Semaglutide scores again, this time in heart failure
The list of benefits for Novo Nordisk's semaglutide keeps getting longer. Now, it seems the GLP-1 agonist could help patients with heart failure, adding to earlier studies showing it can treat diabetes, reduce weight, and lower the risk of cardiovascular events like heart attacks and stroke.
Novo Nordisk has just released the results of the phase 3 STEP-HFpEF trial showing that semaglutide was able to reduce symptoms and improve exercise capacity in overweight people with heart failure.
As its name suggests, the study enrolled patients with heart failure with preserved ejection fraction (HFpEF), a particularly hard-to-treat form that accounts for around half of all cases of heart failure and has few approved therapies.
The results showed that once-weekly semaglutide given at a dose of 2.4 mg – the same as in Novo Nordisk's Wegovy product for obesity – achieved a 16.6-point reduction on the Kansas City Cardiomyopathy Questionnaire clinical summary score (KCCQ-CSS), compared to an 8.7 reduction with placebo.
Treatment with the drug also led to a 21.5-metre improvement on the six-minute walk test after 52 weeks, versus 1.2 meters in the control group, and patients lost 13.3% and 2.6% of their body weight, respectively, over that period.
The data was presented today at the European Society of Cardiology (ESC) Congress in Amsterdam, alongside publication in the New England Journal of Medicine (NEJM).
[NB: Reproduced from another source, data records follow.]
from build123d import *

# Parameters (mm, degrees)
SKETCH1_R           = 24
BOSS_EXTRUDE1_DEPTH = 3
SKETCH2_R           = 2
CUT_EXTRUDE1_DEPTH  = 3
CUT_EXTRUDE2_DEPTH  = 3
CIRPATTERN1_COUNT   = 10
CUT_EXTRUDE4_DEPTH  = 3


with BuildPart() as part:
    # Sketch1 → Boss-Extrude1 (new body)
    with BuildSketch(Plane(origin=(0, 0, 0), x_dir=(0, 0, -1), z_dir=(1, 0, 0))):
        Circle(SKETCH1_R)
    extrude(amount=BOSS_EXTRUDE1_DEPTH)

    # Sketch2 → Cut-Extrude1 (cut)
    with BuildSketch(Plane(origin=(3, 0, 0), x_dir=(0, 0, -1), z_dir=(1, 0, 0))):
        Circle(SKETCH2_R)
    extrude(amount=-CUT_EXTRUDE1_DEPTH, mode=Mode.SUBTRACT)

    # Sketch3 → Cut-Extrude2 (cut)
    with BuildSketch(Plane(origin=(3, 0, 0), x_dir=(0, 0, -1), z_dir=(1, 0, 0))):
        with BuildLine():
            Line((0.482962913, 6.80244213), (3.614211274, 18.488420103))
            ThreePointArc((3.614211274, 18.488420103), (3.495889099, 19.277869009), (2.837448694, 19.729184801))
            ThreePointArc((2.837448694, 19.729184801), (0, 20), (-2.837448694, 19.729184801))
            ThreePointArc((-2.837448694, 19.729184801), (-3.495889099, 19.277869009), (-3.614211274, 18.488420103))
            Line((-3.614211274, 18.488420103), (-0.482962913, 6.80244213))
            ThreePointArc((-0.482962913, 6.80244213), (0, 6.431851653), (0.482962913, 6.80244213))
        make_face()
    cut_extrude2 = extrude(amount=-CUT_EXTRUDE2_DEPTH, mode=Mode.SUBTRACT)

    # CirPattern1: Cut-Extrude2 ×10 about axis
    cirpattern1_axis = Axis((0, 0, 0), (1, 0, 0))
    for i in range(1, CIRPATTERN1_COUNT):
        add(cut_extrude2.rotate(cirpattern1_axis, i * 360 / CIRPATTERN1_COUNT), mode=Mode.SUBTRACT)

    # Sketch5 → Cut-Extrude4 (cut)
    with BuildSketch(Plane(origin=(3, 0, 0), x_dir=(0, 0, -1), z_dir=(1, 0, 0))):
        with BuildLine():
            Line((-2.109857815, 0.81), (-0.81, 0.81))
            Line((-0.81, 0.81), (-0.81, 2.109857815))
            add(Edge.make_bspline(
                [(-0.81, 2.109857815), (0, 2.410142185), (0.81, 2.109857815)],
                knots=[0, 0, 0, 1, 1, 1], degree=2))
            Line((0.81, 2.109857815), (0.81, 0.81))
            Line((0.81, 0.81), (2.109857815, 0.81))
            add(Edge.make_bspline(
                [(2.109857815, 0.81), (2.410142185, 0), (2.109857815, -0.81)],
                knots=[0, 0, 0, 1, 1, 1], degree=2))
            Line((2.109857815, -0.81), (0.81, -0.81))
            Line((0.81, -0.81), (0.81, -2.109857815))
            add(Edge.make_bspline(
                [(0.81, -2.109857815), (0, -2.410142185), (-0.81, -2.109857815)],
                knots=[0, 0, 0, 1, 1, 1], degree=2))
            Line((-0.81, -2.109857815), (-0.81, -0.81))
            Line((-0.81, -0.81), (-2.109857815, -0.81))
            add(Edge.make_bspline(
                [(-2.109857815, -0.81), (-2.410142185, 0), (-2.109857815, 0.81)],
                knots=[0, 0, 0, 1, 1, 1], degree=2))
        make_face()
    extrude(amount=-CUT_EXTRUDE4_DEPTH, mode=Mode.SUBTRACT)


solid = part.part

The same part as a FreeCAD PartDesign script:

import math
import FreeCAD as App
import Part
import Sketcher
Q = App.Units.Quantity

doc = App.newDocument("Part")
body = doc.addObject("PartDesign::Body", "Body")

# Sketch on YZ plane
sketch1 = doc.addObject("Sketcher::SketchObject", "Sketch")
body.addObject(sketch1)
sketch1.AttachmentSupport = (doc.YZ_Plane, [""])
sketch1.MapMode = "FlatFace"
sketch1.addGeometry(Part.Circle(App.Vector(0, 0, 0), App.Vector(0, 0, 1), 24), False)
sketch1.addConstraint([
    Sketcher.Constraint("Coincident", 0, 3, -1, 1),
    Sketcher.Constraint("Diameter", 0, Q("48 mm")),
])
pad1 = doc.addObject("PartDesign::Pad", "Pad")
body.addObject(pad1)
pad1.Profile = sketch1
pad1.Length = 3

# Sketch on YZ plane
sketch2 = doc.addObject("Sketcher::SketchObject", "Sketch001")
body.addObject(sketch2)
sketch2.AttachmentSupport = (doc.YZ_Plane, [""])
sketch2.MapMode = "FlatFace"
sketch2.AttachmentOffset = App.Placement(App.Vector(0, 0, 3), App.Rotation())
sketch2.addGeometry(Part.Circle(App.Vector(0, 0, 0), App.Vector(0, 0, 1), 2), False)
sketch2.addConstraint([
    Sketcher.Constraint("Coincident", 0, 3, -1, 1),
    Sketcher.Constraint("Diameter", 0, Q("4 mm")),
])
pocket1 = doc.addObject("PartDesign::Pocket", "Pocket")
body.addObject(pocket1)
pocket1.Profile = sketch2
pocket1.Length = 3

# Sketch on YZ plane
sketch3 = doc.addObject("Sketcher::SketchObject", "Sketch002")
body.addObject(sketch3)
sketch3.AttachmentSupport = (doc.YZ_Plane, [""])
sketch3.MapMode = "FlatFace"
sketch3.AttachmentOffset = App.Placement(App.Vector(0, 0, 3), App.Rotation())
sketch3.addGeometry([
    Part.LineSegment(App.Vector(6.8, -0.5, 0), App.Vector(18.5, -3.6, 0)),  # 0
    Part.ArcOfCircle(Part.Circle(App.Vector(18.7, -2.6, 0), App.Vector(0, 0, 1), 1), math.radians(-105), math.radians(-11)),  # 1
    Part.ArcOfCircle(Part.Circle(App.Vector(5, 0, 0), App.Vector(0, 0, 1), 15), math.radians(-11), math.radians(11)),  # 2
    Part.ArcOfCircle(Part.Circle(App.Vector(18.7, 2.6, 0), App.Vector(0, 0, 1), 1), math.radians(11), math.radians(105)),  # 3
    Part.LineSegment(App.Vector(18.5, 3.6, 0), App.Vector(6.8, 0.5, 0)),  # 4
    Part.ArcOfCircle(Part.Circle(App.Vector(6.9, 0, 0), App.Vector(0, 0, 1), 0.5), math.radians(105), math.radians(255)),  # 5
], False)
sketch3.addConstraint([
    Sketcher.Constraint("Tangent", 0, 2, 1, 1),
    Sketcher.Constraint("Tangent", 1, 2, 2, 1),
    Sketcher.Constraint("Tangent", 2, 2, 3, 1),
    Sketcher.Constraint("Tangent", 3, 2, 4, 1),
    Sketcher.Constraint("Tangent", 4, 2, 5, 1),
    Sketcher.Constraint("Tangent", 5, 2, 0, 1),
    Sketcher.Constraint("Equal", 1, 3),
    Sketcher.Constraint("Symmetric", 1, 3, 3, 3, -1),
    Sketcher.Constraint("PointOnObject", 5, 3, -1),
    Sketcher.Constraint("Radius", 1, Q("1 mm")),
    Sketcher.Constraint("Radius", 2, Q("15 mm")),
    Sketcher.Constraint("Radius", 5, Q("0.5 mm")),
    Sketcher.Constraint("Angle", 0, Q("-15 deg")),
    Sketcher.Constraint("DistanceX", -1, 1, 2, 3, Q("5 mm")),
    Sketcher.Constraint("DistanceX", -1, 1, 1, 3, Q("18.747239 mm")),
])
pocket2 = doc.addObject("PartDesign::Pocket", "Pocket001")
body.addObject(pocket2)
pocket2.Profile = sketch3
pocket2.Length = 3
doc.recompute()

polarpattern = doc.addObject("PartDesign::PolarPattern", "PolarPattern")
body.addObject(polarpattern)
polarpattern.Originals = [pocket2]
polarpattern.Axis = (doc.X_Axis, [""])
polarpattern.Angle = 360
polarpattern.Occurrences = 10
body.Tip = polarpattern

# Sketch on YZ plane
sketch4 = doc.addObject("Sketcher::SketchObject", "Sketch003")
body.addObject(sketch4)
sketch4.AttachmentSupport = (doc.YZ_Plane, [""])
sketch4.MapMode = "FlatFace"
sketch4.AttachmentOffset = App.Placement(App.Vector(0, 0, 3), App.Rotation())
sketch4.addGeometry([
    Part.LineSegment(App.Vector(0.81, 0.81, 0), App.Vector(0.81, 2.109858, 0)),  # 0
    Part.BSplineCurve([App.Vector(-0.81, 2.109858, 0), App.Vector(0, 2.410142, 0), App.Vector(0.81, 2.109858, 0)], [3, 3], [0, 1], False, 2, [1, 1, 1], False),  # 1
    Part.LineSegment(App.Vector(-0.81, 2.109858, 0), App.Vector(-0.81, 0.81, 0)),  # 2
    Part.LineSegment(App.Vector(-0.81, 0.81, 0), App.Vector(-2.109858, 0.81, 0)),  # 3
    Part.BSplineCurve([App.Vector(-2.109858, -0.81, 0), App.Vector(-2.410142, 0, 0), App.Vector(-2.109858, 0.81, 0)], [3, 3], [0, 1], False, 2, [1, 1, 1], False),  # 4
    Part.LineSegment(App.Vector(-2.109858, -0.81, 0), App.Vector(-0.81, -0.81, 0)),  # 5
    Part.LineSegment(App.Vector(-0.81, -0.81, 0), App.Vector(-0.81, -2.109858, 0)),  # 6
    Part.BSplineCurve([App.Vector(0.81, -2.109858, 0), App.Vector(0, -2.410142, 0), App.Vector(-0.81, -2.109858, 0)], [3, 3], [0, 1], False, 2, [1, 1, 1], False),  # 7
    Part.LineSegment(App.Vector(0.81, -2.109858, 0), App.Vector(0.81, -0.81, 0)),  # 8
    Part.LineSegment(App.Vector(0.81, -0.81, 0), App.Vector(2.109858, -0.81, 0)),  # 9
    Part.BSplineCurve([App.Vector(2.109858, 0.81, 0), App.Vector(2.410142, 0, 0), App.Vector(2.109858, -0.81, 0)], [3, 3], [0, 1], False, 2, [1, 1, 1], False),  # 10
    Part.LineSegment(App.Vector(2.109858, 0.81, 0), App.Vector(0.81, 0.81, 0)),  # 11
], False)
sketch4.addConstraint([
    Sketcher.Constraint("Block", 1),
    Sketcher.Constraint("Block", 4),
    Sketcher.Constraint("Block", 7),
    Sketcher.Constraint("Block", 10),
    Sketcher.Constraint("Coincident", 0, 2, 1, 2),
    Sketcher.Constraint("Coincident", 1, 1, 2, 1),
    Sketcher.Constraint("Coincident", 2, 2, 3, 1),
    Sketcher.Constraint("Coincident", 3, 2, 4, 2),
    Sketcher.Constraint("Coincident", 4, 1, 5, 1),
    Sketcher.Constraint("Coincident", 5, 2, 6, 1),
    Sketcher.Constraint("Coincident", 6, 2, 7, 2),
    Sketcher.Constraint("Coincident", 7, 1, 8, 1),
    Sketcher.Constraint("Coincident", 8, 2, 9, 1),
    Sketcher.Constraint("Coincident", 9, 2, 10, 2),
    Sketcher.Constraint("Coincident", 10, 1, 11, 1),
    Sketcher.Constraint("Coincident", 11, 2, 0, 1),
    Sketcher.Constraint("Vertical", 0),
    Sketcher.Constraint("Vertical", 2),
    Sketcher.Constraint("Horizontal", 3),
    Sketcher.Constraint("Horizontal", 5),
    Sketcher.Constraint("Vertical", 6),
    Sketcher.Constraint("Vertical", 8),
    Sketcher.Constraint("Horizontal", 9),
    Sketcher.Constraint("Horizontal", 11),
])
pocket3 = doc.addObject("PartDesign::Pocket", "Pocket002")
body.addObject(pocket3)
pocket3.Profile = sketch4
pocket3.Length = 3

doc.recompute()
Principal investigator Dr Mikhail Kosiborod, of Saint Luke's Mid-America Heart Institute in Kansas City, said: "To our knowledge, this is the first trial of a pharmacologic agent to specifically target obesity as a treatment strategy for HFpEF, and the magnitude of the benefits we observed is the largest seen with any agent in HFpEF."
He added: "This will likely have a significant impact on clinical practice, especially since there is a dearth of efficacious therapies in this vulnerable patient group."
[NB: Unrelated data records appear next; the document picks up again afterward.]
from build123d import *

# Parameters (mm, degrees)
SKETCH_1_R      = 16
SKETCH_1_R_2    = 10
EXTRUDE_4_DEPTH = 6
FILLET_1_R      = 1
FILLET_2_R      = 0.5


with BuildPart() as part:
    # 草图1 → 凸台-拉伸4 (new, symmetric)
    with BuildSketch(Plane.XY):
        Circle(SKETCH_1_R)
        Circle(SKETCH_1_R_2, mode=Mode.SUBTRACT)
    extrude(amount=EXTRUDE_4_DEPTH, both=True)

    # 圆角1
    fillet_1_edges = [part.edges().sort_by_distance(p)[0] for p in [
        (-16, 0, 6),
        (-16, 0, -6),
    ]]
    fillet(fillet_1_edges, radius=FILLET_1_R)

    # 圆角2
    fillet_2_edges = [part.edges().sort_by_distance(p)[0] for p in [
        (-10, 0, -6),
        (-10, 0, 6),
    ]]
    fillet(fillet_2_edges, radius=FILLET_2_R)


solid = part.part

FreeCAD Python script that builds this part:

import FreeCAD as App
import Part
import Sketcher

V = App.Vector


def edges_at(feature, points):
    """Names of the edges that pass closest to the given points."""
    edges = feature.Shape.Edges
    near = lambda p: min(range(len(edges)), key=lambda i: edges[i].distToShape(Part.Vertex(*p))[0])
    return sorted({f"Edge{near(p) + 1}" for p in points})

doc = App.newDocument("Part")
params = doc.addObject("Spreadsheet::Sheet", "Params")
for row, (alias, value) in enumerate([
    ("sketch1_diameter", "32 mm"),
    ("sketch1_diameter2", "20 mm"),
    ("pad1_length", "12 mm"),
    ("fillet_radius", "1 mm"),
    ("fillet2_radius", "0.5 mm"),
], start=1):
    params.set(f"A{row}", alias)
    params.set(f"B{row}", "=" + value)
    params.setAlias(f"B{row}", alias)

body = doc.addObject("PartDesign::Body", "Body")

# Sketch on XY plane
sketch1 = body.newObject("Sketcher::SketchObject", "Sketch")
sketch1.AttachmentSupport = (doc.getObject("XY_Plane"), [""])
sketch1.MapMode = "FlatFace"
sketch1.addGeometry(Part.Circle(V(0, 0, 0), V(0, 0, 1), 16), False)
sketch1.addGeometry(Part.Circle(V(0, 0, 0), V(0, 0, 1), 10), False)
sketch1.addConstraint(Sketcher.Constraint("Coincident", 0, 3, -1, 1))
sketch1.addConstraint(Sketcher.Constraint("Coincident", 1, 3, -1, 1))
sketch1.addConstraint(Sketcher.Constraint("Diameter", 0, 32.0))
sketch1.addConstraint(Sketcher.Constraint("Diameter", 1, 20.0))
sketch1.setExpression("Constraints[2]", "Params.sketch1_diameter")
sketch1.setExpression("Constraints[3]", "Params.sketch1_diameter2")
pad1 = body.newObject("PartDesign::Pad", "Pad")
pad1.Profile = sketch1
pad1.setExpression("Length", "Params.pad1_length")
pad1.Midplane = True
doc.recompute()

fillet = body.newObject("PartDesign::Fillet", "Fillet")
fillet.Base = (pad1, edges_at(pad1, [(-16, 0, 6), (-16, 0, -6)]))
fillet.setExpression("Radius", "Params.fillet_radius")
doc.recompute()

fillet2 = body.newObject("PartDesign::Fillet", "Fillet001")
fillet2.Base = (fillet, edges_at(fillet, [(-10, 0, -6), (-10, 0, 6)]))
fillet2.setExpression("Radius", "Params.fillet2_radius")

doc.recompute()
He also said that the findings should spark a change in the way obesity in people with heart failure is viewed, suggesting that, in HFpEF at least, "obesity is not simply a comorbidity in patients with HFpEF, but a root cause and a target for therapeutic intervention."
The data provides another compelling endorsement for semaglutide, which is at the head of a series of new obesity therapies addressing GLP-1 and other targets, and keeps Novo Nordisk's drug ahead of challengers like Eli Lilly's combined GLP-1/GIP agonist Mounjaro (tirzepatide).
The STEP-HFpEF data have emerged shortly after semaglutide became the first drug in the category to reduce cardiovascular outcomes in the phase 3 SELECT trial, revealing that it reduced the risk of major adverse cardiovascular events (MACE) by 20% compared to placebo.
The results also fire a shot across the bows of other therapies for HFpEF, including SGLT2 inhibitors from AstraZeneca and Eli Lilly/Boehringer Ingelheim – respectively Farxiga (dapagliflozin) and Jardiance (empagliflozin) – as well as Novartis' Entresto (sacubitril/valsartan). The severity and progressive nature of heart failure mean, however, that the drugs may well be used in tandem if semaglutide gets an HFpEF claim added to its label in future.
"We are delighted with the results from STEP HFpEF […] and look forward to working closely with the clinical community and regulators to help realise this potential over the coming months," commented Novo Nordisk's head of development, Martin Lange.